BAREIZM wiecznie żywy, czyli nowe, BEZSENSOWNE procedury na planach filmowych
POSZERZONE ŚRODKI BEZPIECZEŃSTWA
TRANSPORT
1) ograniczenie liczby osób w autobusach i samochodach w stopniu uniemożliwiającym stykanie się pasażerów oraz przestrzeganie powszechnie obowiązujących zasad korzystania z środków transportu co do liczby pasażerów, a także noszenie maseczek podczas korzystania z transportu; w przypadku pojazdów samochodowych przeznaczonych konstrukcyjnie do przewozu więcej niż 9 osób łącznie z kierowcą – danym środkiem lub pojazdem można przewozić, w tym samym czasie, nie więcej osób niż wynosi połowa miejsc siedzących (…);
Mam zagwozdkę. Skoro już wszyscy przeszli kontrolę, mają na sobie maseczki, przyłbice, małebice i gołębice, to czemu nie mogą się stykać ramionami?
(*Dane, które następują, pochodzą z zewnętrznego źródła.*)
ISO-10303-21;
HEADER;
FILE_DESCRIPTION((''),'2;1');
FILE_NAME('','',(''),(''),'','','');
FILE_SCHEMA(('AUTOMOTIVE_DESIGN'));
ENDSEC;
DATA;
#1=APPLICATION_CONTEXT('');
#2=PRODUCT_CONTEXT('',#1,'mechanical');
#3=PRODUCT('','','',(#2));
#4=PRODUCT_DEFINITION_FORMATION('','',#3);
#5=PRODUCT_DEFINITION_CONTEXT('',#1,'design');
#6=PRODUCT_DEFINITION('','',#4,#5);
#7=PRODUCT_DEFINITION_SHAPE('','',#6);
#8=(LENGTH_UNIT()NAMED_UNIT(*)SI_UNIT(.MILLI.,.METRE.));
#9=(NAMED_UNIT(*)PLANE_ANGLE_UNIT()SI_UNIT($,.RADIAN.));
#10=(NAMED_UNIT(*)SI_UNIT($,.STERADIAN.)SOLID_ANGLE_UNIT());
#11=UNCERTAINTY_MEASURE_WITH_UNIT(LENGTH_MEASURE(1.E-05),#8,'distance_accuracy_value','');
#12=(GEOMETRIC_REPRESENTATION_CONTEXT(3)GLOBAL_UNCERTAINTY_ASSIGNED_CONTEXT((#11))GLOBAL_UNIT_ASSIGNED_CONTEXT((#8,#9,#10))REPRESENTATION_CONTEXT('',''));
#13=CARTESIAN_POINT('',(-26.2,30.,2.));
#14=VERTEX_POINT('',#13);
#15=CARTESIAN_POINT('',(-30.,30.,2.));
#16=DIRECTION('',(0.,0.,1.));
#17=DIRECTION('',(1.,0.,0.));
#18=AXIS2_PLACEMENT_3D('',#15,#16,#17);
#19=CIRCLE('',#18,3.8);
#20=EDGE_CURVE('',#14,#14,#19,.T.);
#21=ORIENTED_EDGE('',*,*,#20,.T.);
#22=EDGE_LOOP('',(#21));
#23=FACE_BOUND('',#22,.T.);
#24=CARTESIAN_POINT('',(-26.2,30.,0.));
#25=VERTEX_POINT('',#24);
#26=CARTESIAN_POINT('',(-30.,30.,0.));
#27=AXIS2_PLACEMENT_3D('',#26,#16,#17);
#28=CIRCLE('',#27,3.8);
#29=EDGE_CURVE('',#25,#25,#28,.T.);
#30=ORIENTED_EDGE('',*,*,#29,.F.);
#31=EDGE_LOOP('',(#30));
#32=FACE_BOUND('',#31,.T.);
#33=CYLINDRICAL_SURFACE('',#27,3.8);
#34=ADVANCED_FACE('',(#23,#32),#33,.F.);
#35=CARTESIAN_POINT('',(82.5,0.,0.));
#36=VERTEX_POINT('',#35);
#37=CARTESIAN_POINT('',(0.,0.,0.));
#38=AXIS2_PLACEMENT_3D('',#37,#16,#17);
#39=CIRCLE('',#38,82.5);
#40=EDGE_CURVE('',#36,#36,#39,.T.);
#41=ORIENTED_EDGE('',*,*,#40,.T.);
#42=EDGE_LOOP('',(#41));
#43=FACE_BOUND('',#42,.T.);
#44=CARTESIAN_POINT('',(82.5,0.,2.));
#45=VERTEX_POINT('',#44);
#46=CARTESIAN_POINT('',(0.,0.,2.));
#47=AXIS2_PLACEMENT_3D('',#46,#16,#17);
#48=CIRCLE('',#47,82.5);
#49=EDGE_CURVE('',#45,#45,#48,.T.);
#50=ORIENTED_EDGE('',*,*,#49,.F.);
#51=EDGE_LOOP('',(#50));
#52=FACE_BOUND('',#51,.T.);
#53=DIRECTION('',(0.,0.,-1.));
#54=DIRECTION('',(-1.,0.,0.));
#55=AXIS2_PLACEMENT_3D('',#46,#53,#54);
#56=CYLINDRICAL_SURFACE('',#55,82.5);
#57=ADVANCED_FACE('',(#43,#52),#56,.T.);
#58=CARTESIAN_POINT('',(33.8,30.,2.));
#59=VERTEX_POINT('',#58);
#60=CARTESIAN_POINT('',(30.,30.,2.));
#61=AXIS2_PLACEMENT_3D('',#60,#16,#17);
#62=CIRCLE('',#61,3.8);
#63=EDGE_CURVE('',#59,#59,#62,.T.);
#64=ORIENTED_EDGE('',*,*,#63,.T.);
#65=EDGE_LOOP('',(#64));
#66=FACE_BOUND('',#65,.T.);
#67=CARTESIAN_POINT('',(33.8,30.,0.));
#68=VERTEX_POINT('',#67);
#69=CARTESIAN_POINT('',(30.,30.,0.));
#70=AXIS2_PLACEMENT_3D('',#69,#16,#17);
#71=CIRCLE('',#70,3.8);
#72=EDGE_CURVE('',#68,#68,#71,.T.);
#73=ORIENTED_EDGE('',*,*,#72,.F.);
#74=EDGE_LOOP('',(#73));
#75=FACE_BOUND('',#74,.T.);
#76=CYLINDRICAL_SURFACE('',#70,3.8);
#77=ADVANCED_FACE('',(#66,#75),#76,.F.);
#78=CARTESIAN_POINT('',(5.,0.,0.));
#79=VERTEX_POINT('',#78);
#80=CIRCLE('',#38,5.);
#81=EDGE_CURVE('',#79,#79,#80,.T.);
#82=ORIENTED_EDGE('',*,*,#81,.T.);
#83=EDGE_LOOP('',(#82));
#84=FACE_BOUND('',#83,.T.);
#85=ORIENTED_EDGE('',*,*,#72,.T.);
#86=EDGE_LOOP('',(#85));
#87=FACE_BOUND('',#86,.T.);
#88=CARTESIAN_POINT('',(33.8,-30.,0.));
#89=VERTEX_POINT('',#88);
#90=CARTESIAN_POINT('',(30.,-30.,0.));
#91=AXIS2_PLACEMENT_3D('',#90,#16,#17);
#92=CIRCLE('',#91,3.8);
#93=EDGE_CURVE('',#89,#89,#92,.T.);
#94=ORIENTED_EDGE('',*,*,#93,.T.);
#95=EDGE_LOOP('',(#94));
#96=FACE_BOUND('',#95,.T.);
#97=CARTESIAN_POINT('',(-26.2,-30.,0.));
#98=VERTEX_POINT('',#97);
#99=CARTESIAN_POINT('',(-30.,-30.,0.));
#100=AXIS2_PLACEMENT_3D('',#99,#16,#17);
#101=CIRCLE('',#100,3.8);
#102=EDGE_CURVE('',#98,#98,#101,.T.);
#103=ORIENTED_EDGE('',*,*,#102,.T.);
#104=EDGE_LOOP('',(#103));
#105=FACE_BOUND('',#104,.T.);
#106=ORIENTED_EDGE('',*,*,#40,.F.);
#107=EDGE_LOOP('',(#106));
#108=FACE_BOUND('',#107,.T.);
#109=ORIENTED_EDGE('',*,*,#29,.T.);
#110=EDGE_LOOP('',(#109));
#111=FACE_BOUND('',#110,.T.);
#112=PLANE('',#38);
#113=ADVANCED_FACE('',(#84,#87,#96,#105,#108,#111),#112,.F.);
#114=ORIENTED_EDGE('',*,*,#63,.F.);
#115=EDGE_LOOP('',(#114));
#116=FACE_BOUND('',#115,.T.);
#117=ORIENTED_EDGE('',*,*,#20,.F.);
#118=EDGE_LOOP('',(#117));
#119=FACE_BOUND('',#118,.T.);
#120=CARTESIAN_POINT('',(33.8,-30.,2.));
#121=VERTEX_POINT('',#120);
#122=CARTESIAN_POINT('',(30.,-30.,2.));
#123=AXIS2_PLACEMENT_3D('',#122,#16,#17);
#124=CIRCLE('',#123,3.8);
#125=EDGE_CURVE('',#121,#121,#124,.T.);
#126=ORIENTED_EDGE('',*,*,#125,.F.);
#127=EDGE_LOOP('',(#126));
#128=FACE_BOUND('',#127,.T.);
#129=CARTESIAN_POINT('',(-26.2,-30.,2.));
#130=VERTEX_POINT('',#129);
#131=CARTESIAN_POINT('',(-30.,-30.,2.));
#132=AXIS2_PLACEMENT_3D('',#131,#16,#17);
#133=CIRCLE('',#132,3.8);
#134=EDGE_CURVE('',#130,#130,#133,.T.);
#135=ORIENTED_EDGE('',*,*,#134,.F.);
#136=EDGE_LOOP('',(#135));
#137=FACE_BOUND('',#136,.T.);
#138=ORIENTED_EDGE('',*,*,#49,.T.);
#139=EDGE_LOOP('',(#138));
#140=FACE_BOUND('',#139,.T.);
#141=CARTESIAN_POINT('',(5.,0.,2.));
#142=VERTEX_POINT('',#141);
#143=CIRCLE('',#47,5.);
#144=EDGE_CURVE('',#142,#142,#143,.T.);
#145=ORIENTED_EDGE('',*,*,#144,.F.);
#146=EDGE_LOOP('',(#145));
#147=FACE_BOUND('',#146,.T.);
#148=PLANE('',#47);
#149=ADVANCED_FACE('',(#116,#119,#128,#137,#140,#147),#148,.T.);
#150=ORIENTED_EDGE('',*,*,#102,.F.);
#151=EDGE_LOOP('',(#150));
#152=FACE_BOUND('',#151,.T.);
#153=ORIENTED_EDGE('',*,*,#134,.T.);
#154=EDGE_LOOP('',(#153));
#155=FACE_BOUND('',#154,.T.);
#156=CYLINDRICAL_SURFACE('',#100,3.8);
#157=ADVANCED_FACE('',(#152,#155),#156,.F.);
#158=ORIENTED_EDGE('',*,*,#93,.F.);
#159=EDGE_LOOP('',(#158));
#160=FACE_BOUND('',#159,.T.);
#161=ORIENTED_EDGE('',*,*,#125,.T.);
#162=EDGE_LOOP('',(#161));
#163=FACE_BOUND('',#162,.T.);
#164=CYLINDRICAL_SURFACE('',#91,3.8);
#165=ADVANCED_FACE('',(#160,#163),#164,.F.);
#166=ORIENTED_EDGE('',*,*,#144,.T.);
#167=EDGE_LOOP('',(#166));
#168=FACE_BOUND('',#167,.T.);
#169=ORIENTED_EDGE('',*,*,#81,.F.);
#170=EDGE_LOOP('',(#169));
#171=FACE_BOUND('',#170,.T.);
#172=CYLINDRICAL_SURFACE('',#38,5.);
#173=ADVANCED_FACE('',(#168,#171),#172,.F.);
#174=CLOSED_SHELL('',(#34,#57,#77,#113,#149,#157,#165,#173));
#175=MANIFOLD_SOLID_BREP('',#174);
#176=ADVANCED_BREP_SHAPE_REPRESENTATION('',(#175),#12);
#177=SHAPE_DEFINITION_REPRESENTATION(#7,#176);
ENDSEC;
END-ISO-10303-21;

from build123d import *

# Parameters (mm, degrees)
SKETCH_1_R          = 82.5
EXTRUDE_1_DEPTH     = 2
SKETCH_2_R          = 3.8
SKETCH_2_R_2        = 5
CUT_EXTRUDE_1_DEPTH = 117.689759619


with BuildPart() as part:
    # 草图1 → 凸台-拉伸1 (new body)
    with BuildSketch(Plane.XY):
        Circle(SKETCH_1_R)
    extrude(amount=EXTRUDE_1_DEPTH)

    # 草图2 → 切除-拉伸1 (cut, through all)
    with BuildSketch(Plane.XY.offset(2)):
        with Locations((30, 30)):
            Circle(SKETCH_2_R)
        with Locations((-30, 30)):
            Circle(SKETCH_2_R)
        with Locations((-30, -30)):
            Circle(SKETCH_2_R)
        with Locations((30, -30)):
            Circle(SKETCH_2_R)
        Circle(SKETCH_2_R_2)
    extrude(amount=-CUT_EXTRUDE_1_DEPTH, mode=Mode.SUBTRACT)


solid = part.part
Przecież nie muszą siedzieć twarzą w twarz jak w TVN-owskim serialu. Może chodzi o oddziaływanie biegunowe? Zresztą mniejsza, ważne, że kierowca będzie miał więcej kursów albo część kasy pójdzie na dodatkowy transport, który i tak rozłoży się w czasie… Hmm, a jakby tak kupić Tupolewa i zrzucać ekipę na spadochronach? Oczywiście w odległości 2 metrów od siebie.
3) wymagana jest koordynacja transportów, tak aby nie tworzyły się zatory i zgromadzenia przy rozpoczynaniu i kończeniu dnia zdjęciowego;
Mhm, teraz kilkuminutowy wyjazd z planu/przyjazd na plan rozłoży się do godziny lub dwóch, doskonale.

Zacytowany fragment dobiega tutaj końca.